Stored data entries
● ● ● ● ●

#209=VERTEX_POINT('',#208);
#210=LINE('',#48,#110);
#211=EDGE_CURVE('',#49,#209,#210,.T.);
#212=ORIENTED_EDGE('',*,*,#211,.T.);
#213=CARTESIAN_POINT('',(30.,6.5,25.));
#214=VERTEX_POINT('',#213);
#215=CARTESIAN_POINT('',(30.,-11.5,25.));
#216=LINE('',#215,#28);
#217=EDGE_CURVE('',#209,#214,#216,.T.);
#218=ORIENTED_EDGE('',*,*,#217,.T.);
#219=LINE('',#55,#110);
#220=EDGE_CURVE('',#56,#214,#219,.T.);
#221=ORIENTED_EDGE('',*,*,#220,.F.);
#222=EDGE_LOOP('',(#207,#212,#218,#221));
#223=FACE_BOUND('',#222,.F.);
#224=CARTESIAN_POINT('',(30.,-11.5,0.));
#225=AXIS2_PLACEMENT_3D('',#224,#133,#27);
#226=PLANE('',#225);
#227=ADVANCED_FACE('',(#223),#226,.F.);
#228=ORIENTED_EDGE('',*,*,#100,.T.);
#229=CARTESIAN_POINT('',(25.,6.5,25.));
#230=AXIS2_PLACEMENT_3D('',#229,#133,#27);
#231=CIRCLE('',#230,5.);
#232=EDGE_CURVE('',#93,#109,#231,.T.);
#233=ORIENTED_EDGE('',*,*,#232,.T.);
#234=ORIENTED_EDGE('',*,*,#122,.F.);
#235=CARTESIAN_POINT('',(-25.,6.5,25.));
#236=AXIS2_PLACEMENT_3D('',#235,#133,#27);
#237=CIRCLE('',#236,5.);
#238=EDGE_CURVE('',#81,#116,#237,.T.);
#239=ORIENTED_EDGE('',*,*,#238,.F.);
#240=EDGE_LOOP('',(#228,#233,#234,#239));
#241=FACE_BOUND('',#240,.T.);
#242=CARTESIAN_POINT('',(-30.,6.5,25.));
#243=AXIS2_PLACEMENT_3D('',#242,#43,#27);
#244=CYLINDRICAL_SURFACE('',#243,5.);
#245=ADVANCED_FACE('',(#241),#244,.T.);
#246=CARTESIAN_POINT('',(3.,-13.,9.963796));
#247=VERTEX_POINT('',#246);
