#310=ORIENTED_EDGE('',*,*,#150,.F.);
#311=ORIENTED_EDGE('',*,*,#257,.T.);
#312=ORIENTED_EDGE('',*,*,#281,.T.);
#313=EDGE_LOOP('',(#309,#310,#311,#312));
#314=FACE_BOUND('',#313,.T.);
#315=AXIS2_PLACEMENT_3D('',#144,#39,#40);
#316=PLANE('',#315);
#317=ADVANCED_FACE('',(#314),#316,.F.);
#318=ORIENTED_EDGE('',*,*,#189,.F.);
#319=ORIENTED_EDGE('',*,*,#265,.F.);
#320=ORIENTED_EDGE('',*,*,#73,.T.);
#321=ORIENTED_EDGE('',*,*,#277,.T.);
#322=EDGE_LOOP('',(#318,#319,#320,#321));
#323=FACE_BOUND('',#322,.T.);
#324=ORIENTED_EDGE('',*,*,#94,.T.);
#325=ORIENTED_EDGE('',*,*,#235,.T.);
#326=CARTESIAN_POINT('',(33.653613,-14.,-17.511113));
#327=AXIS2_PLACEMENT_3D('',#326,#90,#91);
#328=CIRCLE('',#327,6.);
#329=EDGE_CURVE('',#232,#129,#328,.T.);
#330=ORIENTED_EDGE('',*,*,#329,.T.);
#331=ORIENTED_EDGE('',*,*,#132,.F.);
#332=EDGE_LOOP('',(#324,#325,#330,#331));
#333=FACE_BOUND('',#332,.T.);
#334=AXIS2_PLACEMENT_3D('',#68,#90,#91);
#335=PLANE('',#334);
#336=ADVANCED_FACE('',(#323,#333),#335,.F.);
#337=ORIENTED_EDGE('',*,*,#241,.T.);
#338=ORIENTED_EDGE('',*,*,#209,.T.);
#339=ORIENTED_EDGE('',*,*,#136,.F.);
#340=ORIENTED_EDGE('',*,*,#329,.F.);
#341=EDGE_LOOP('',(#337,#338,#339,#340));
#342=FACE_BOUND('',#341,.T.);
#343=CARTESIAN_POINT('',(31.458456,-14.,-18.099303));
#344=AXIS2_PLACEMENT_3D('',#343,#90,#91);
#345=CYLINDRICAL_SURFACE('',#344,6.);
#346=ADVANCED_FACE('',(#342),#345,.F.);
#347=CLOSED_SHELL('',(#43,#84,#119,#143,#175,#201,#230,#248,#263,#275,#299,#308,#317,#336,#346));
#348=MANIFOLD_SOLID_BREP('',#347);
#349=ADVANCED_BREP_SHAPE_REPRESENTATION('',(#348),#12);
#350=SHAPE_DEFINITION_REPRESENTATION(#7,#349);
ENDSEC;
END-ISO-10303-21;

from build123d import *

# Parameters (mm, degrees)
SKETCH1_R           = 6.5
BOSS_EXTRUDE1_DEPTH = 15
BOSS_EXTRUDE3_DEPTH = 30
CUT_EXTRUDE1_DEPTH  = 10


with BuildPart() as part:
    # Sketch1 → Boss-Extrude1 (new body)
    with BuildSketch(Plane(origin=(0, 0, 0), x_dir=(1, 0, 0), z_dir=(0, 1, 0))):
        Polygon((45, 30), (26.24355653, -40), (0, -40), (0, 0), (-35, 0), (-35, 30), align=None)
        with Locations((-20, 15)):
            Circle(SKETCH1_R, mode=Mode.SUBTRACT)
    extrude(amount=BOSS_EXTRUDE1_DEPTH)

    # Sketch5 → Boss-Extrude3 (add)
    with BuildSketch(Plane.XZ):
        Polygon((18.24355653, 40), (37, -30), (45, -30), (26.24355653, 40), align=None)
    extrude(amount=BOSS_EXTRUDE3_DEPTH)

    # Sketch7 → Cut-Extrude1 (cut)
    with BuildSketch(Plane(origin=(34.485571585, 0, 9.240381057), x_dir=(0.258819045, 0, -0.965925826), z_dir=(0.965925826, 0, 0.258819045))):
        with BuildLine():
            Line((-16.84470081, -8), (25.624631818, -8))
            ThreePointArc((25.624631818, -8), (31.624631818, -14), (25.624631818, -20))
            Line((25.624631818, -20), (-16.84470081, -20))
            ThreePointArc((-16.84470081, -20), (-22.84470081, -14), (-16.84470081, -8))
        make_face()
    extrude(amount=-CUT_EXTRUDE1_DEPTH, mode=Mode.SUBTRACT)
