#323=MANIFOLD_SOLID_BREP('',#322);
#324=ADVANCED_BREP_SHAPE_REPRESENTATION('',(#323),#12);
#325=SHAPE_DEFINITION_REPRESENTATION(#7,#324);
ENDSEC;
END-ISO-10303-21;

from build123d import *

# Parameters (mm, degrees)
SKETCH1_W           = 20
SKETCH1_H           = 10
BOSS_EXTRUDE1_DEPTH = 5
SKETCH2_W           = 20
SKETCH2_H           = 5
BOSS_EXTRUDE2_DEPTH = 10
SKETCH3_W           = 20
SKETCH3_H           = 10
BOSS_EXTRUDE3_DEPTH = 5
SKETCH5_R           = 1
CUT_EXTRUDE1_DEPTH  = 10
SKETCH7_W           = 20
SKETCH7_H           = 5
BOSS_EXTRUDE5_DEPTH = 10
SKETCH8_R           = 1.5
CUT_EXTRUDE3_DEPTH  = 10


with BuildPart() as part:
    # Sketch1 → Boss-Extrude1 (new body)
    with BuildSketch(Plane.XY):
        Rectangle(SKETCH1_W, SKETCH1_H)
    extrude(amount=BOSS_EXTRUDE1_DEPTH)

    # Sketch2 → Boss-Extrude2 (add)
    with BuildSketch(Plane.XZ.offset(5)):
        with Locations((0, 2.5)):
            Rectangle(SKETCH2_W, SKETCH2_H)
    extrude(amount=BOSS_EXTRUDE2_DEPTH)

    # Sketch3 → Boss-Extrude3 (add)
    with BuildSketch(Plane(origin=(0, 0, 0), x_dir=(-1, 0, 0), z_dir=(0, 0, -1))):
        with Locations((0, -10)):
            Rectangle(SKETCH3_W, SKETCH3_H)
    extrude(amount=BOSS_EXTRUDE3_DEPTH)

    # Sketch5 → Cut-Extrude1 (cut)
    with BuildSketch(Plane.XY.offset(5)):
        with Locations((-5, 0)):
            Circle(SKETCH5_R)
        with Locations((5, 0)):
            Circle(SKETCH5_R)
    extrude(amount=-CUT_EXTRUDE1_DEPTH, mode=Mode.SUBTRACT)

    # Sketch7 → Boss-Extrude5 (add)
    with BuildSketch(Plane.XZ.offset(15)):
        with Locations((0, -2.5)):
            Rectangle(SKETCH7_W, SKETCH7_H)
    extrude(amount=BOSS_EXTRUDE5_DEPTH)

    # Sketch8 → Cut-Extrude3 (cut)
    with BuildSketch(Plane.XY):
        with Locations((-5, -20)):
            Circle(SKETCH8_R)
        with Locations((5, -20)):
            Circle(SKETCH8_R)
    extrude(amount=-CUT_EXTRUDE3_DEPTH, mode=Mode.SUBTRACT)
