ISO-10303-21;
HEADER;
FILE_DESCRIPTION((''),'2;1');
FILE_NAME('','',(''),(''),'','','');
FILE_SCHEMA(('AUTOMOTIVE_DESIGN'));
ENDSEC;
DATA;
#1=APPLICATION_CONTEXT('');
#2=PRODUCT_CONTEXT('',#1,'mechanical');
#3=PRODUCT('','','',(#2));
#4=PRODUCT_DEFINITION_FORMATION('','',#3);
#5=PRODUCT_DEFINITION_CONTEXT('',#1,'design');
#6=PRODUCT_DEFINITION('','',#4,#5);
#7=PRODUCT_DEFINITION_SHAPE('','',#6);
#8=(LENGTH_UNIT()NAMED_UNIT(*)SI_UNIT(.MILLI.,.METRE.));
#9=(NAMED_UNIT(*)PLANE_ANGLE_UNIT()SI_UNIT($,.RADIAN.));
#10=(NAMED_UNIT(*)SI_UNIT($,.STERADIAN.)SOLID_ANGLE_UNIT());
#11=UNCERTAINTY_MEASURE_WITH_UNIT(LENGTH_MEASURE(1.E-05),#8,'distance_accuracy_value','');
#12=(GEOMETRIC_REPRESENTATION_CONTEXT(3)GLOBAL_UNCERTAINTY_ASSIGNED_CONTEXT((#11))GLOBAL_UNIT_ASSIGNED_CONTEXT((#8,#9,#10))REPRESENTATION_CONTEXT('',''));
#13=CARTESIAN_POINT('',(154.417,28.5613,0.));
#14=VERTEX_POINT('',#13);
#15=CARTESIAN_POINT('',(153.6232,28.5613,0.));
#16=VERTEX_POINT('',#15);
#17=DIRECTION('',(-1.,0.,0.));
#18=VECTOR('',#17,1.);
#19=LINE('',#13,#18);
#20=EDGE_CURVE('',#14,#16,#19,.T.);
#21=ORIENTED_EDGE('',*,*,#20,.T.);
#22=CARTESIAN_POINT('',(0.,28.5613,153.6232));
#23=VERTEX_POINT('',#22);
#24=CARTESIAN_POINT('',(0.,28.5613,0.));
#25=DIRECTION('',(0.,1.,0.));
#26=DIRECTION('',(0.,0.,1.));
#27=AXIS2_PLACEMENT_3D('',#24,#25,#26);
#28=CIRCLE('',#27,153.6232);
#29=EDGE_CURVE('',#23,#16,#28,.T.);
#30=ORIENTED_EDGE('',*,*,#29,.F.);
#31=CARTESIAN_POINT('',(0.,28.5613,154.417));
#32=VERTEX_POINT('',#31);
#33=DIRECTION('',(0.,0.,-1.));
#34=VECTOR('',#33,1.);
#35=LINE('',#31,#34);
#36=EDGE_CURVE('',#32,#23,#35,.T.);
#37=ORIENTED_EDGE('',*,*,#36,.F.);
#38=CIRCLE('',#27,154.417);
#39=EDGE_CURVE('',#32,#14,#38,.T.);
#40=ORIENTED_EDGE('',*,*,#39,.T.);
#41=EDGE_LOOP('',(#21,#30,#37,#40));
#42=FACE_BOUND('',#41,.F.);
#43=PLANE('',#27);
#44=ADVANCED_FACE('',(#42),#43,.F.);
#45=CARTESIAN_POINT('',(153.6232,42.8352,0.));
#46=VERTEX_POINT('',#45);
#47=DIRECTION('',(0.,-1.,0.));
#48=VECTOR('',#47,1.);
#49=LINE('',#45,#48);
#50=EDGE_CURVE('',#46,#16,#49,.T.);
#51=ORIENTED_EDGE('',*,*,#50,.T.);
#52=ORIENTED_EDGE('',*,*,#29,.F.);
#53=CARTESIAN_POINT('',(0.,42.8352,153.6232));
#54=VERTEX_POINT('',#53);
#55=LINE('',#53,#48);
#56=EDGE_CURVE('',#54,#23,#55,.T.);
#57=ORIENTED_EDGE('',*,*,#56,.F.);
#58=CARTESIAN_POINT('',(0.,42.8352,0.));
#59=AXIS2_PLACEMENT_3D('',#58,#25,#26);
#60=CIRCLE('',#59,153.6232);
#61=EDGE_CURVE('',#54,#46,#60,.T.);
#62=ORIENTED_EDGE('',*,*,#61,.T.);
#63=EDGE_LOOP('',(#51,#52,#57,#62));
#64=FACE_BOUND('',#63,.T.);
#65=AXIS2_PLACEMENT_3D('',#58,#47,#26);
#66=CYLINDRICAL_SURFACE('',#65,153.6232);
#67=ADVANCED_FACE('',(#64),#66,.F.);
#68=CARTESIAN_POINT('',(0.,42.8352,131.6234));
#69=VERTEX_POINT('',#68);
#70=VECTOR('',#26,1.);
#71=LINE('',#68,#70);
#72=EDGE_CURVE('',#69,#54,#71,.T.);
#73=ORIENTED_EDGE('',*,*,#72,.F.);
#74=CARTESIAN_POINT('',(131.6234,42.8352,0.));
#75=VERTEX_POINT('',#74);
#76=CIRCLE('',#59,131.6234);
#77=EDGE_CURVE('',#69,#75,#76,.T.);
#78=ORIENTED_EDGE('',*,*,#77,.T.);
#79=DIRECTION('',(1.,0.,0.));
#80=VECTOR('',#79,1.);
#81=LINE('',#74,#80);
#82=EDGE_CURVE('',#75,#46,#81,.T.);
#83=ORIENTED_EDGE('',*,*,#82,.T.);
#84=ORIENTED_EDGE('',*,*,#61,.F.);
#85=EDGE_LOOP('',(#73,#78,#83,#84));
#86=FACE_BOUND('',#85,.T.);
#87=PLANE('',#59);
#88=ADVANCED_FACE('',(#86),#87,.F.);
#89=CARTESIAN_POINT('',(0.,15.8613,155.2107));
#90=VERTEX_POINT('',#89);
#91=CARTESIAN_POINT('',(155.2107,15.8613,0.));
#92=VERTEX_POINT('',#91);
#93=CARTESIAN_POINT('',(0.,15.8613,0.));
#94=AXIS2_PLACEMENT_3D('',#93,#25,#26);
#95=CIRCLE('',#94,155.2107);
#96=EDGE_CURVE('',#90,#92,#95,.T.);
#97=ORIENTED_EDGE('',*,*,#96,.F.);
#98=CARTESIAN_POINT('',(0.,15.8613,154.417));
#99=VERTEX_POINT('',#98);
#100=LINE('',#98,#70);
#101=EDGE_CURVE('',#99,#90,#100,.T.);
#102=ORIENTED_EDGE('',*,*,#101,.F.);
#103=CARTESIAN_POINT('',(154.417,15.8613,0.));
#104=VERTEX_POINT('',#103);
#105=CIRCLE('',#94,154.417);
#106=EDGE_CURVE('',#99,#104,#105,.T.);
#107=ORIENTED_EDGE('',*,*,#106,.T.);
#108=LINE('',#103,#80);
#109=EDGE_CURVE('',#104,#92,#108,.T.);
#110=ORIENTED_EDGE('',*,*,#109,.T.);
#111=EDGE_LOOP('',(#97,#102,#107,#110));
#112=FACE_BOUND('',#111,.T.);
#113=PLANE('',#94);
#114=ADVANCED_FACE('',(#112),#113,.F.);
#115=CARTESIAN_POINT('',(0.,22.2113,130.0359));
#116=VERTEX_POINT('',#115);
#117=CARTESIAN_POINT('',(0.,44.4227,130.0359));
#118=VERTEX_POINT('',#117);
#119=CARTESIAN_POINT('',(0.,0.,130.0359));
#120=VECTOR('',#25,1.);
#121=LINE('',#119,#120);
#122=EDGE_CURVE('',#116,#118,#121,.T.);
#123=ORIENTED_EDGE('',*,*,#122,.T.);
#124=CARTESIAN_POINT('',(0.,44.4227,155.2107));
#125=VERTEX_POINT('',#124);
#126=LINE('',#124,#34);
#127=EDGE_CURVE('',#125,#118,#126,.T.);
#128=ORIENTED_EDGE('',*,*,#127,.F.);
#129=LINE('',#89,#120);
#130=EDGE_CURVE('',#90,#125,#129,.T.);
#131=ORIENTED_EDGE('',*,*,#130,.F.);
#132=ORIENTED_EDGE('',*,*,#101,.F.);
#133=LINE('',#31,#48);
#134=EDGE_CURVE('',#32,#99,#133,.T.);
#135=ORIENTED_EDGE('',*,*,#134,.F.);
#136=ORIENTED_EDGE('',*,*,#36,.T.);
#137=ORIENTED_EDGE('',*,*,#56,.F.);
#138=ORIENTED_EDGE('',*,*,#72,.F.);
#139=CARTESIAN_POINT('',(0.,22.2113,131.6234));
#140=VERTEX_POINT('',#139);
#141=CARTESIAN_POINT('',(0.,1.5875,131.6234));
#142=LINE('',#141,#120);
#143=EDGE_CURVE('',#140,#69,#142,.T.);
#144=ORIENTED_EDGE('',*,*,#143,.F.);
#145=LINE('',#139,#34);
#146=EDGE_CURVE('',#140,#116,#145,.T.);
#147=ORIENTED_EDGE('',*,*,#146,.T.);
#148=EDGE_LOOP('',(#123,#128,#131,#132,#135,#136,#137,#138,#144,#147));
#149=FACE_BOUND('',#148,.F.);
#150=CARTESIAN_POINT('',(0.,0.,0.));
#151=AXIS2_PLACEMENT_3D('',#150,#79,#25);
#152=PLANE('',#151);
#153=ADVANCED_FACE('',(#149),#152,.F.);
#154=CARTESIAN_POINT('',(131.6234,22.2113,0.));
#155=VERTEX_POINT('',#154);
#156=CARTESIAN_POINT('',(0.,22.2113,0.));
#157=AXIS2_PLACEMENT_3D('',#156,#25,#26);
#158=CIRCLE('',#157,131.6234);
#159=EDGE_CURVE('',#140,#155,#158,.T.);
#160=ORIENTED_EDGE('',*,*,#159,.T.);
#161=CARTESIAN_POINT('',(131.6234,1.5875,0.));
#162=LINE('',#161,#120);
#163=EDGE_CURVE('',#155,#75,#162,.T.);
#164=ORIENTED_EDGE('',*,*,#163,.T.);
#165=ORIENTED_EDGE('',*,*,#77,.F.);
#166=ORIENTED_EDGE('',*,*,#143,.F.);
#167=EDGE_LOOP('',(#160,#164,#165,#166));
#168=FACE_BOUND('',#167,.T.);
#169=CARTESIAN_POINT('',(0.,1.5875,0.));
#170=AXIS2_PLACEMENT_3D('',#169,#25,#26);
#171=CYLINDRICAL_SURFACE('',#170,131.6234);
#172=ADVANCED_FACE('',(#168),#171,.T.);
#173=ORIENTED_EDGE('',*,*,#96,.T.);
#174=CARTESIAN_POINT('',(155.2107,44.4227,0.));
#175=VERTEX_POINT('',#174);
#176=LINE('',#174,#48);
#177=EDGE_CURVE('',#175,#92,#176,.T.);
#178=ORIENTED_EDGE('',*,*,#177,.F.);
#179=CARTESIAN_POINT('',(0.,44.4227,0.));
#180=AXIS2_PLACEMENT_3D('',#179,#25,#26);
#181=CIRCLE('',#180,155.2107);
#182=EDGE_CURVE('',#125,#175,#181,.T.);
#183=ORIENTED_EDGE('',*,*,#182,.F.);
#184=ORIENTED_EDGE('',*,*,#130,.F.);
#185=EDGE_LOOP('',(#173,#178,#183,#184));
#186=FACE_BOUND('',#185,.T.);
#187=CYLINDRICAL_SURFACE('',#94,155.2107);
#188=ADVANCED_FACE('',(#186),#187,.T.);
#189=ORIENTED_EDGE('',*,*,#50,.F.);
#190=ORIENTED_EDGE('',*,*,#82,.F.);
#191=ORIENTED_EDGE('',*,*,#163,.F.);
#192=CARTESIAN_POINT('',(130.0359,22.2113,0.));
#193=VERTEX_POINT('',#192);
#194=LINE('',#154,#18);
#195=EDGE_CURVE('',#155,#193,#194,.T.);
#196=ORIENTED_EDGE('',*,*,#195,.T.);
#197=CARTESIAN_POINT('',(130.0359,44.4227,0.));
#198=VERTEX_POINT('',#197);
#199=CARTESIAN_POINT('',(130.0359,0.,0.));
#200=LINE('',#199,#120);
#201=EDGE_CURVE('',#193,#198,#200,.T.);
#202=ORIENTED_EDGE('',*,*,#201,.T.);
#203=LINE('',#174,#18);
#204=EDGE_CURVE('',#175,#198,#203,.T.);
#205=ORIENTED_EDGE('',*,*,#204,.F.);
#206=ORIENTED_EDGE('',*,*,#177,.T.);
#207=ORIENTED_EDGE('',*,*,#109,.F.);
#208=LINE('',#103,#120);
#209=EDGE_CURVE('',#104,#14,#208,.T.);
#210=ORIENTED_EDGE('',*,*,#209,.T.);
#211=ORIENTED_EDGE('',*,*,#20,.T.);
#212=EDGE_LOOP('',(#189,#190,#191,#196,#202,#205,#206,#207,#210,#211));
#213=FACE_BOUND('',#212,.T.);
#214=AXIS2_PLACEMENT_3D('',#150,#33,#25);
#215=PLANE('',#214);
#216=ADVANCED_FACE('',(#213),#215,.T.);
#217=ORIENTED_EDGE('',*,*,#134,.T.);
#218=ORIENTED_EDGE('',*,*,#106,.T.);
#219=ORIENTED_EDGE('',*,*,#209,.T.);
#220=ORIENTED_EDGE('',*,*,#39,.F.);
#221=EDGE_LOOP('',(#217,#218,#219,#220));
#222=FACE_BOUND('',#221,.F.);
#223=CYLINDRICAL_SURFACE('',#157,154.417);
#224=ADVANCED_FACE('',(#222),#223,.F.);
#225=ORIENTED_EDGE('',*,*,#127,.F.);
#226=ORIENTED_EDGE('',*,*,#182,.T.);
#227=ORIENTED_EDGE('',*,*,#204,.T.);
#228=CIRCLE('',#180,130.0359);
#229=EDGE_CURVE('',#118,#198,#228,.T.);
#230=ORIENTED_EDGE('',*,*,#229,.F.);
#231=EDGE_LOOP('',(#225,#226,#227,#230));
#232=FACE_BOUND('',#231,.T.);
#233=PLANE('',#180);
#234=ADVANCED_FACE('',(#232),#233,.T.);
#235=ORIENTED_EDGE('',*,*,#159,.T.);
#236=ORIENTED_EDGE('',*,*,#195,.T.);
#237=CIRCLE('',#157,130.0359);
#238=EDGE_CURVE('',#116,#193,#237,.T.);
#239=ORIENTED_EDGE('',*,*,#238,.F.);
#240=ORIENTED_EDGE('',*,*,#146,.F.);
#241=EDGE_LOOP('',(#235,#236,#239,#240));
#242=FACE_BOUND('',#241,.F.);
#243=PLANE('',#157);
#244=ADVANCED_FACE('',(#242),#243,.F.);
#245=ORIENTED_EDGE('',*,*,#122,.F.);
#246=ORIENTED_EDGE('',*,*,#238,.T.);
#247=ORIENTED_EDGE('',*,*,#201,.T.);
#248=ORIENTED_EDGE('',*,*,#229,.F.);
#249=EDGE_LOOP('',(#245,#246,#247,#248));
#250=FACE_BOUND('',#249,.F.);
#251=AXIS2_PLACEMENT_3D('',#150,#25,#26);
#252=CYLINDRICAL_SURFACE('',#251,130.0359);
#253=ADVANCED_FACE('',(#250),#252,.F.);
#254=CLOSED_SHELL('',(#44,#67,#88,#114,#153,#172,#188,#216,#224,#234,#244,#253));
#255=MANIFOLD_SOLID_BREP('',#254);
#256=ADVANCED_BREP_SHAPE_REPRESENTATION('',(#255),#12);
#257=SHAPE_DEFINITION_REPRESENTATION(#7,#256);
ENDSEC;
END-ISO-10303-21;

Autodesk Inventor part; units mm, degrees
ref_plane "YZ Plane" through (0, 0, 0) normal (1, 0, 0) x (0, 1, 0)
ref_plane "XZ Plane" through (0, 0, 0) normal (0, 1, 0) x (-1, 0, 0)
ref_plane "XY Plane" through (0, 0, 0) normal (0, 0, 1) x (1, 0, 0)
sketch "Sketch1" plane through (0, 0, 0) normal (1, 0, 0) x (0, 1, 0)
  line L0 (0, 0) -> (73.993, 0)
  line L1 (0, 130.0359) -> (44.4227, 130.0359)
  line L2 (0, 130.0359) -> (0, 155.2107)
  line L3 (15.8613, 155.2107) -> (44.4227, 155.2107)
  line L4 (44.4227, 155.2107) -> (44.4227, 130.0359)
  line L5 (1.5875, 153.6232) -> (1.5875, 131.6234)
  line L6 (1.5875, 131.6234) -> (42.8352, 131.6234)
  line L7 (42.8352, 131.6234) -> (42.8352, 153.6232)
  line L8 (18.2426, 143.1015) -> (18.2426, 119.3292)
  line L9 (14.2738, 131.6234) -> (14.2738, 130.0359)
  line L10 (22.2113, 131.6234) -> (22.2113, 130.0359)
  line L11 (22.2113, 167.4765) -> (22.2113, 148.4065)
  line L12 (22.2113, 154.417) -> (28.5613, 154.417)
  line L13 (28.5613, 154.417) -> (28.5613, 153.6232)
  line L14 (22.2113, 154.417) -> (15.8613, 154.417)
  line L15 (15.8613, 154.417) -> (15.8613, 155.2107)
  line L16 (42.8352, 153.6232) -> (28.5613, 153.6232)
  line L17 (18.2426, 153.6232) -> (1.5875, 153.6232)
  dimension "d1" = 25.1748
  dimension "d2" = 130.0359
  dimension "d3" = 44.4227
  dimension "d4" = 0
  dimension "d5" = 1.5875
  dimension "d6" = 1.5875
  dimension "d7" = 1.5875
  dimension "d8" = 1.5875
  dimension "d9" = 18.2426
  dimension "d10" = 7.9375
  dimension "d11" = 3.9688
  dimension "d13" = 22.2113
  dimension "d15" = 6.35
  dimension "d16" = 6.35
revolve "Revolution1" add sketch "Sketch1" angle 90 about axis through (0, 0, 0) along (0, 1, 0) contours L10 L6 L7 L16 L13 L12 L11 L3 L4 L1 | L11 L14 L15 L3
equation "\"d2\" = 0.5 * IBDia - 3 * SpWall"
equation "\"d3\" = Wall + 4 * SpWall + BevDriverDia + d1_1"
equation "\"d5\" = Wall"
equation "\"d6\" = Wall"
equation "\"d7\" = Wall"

● ● ● ● ●

• **INSTRUCTIONS TO FOLLOW**
Every line above from the line with "#79=DIRECTION('',(1.,0.,0.));" to the line with "#100=LINE('',#98,#70);", inclusive, must be returned exactly; no other line belongs in the reply.

• **TASK RESPONSE**
#79=DIRECTION('',(1.,0.,0.));
#80=VECTOR('',#79,1.);
#81=LINE('',#74,#80);
#82=EDGE_CURVE('',#75,#46,#81,.T.);
#83=ORIENTED_EDGE('',*,*,#82,.T.);
#84=ORIENTED_EDGE('',*,*,#61,.F.);
#85=EDGE_LOOP('',(#73,#78,#83,#84));
#86=FACE_BOUND('',#85,.T.);
#87=PLANE('',#59);
#88=ADVANCED_FACE('',(#86),#87,.F.);
#89=CARTESIAN_POINT('',(0.,15.8613,155.2107));
#90=VERTEX_POINT('',#89);
#91=CARTESIAN_POINT('',(155.2107,15.8613,0.));
#92=VERTEX_POINT('',#91);
#93=CARTESIAN_POINT('',(0.,15.8613,0.));
#94=AXIS2_PLACEMENT_3D('',#93,#25,#26);
#95=CIRCLE('',#94,155.2107);
#96=EDGE_CURVE('',#90,#92,#95,.T.);
#97=ORIENTED_EDGE('',*,*,#96,.F.);
#98=CARTESIAN_POINT('',(0.,15.8613,154.417));
#99=VERTEX_POINT('',#98);
#100=LINE('',#98,#70);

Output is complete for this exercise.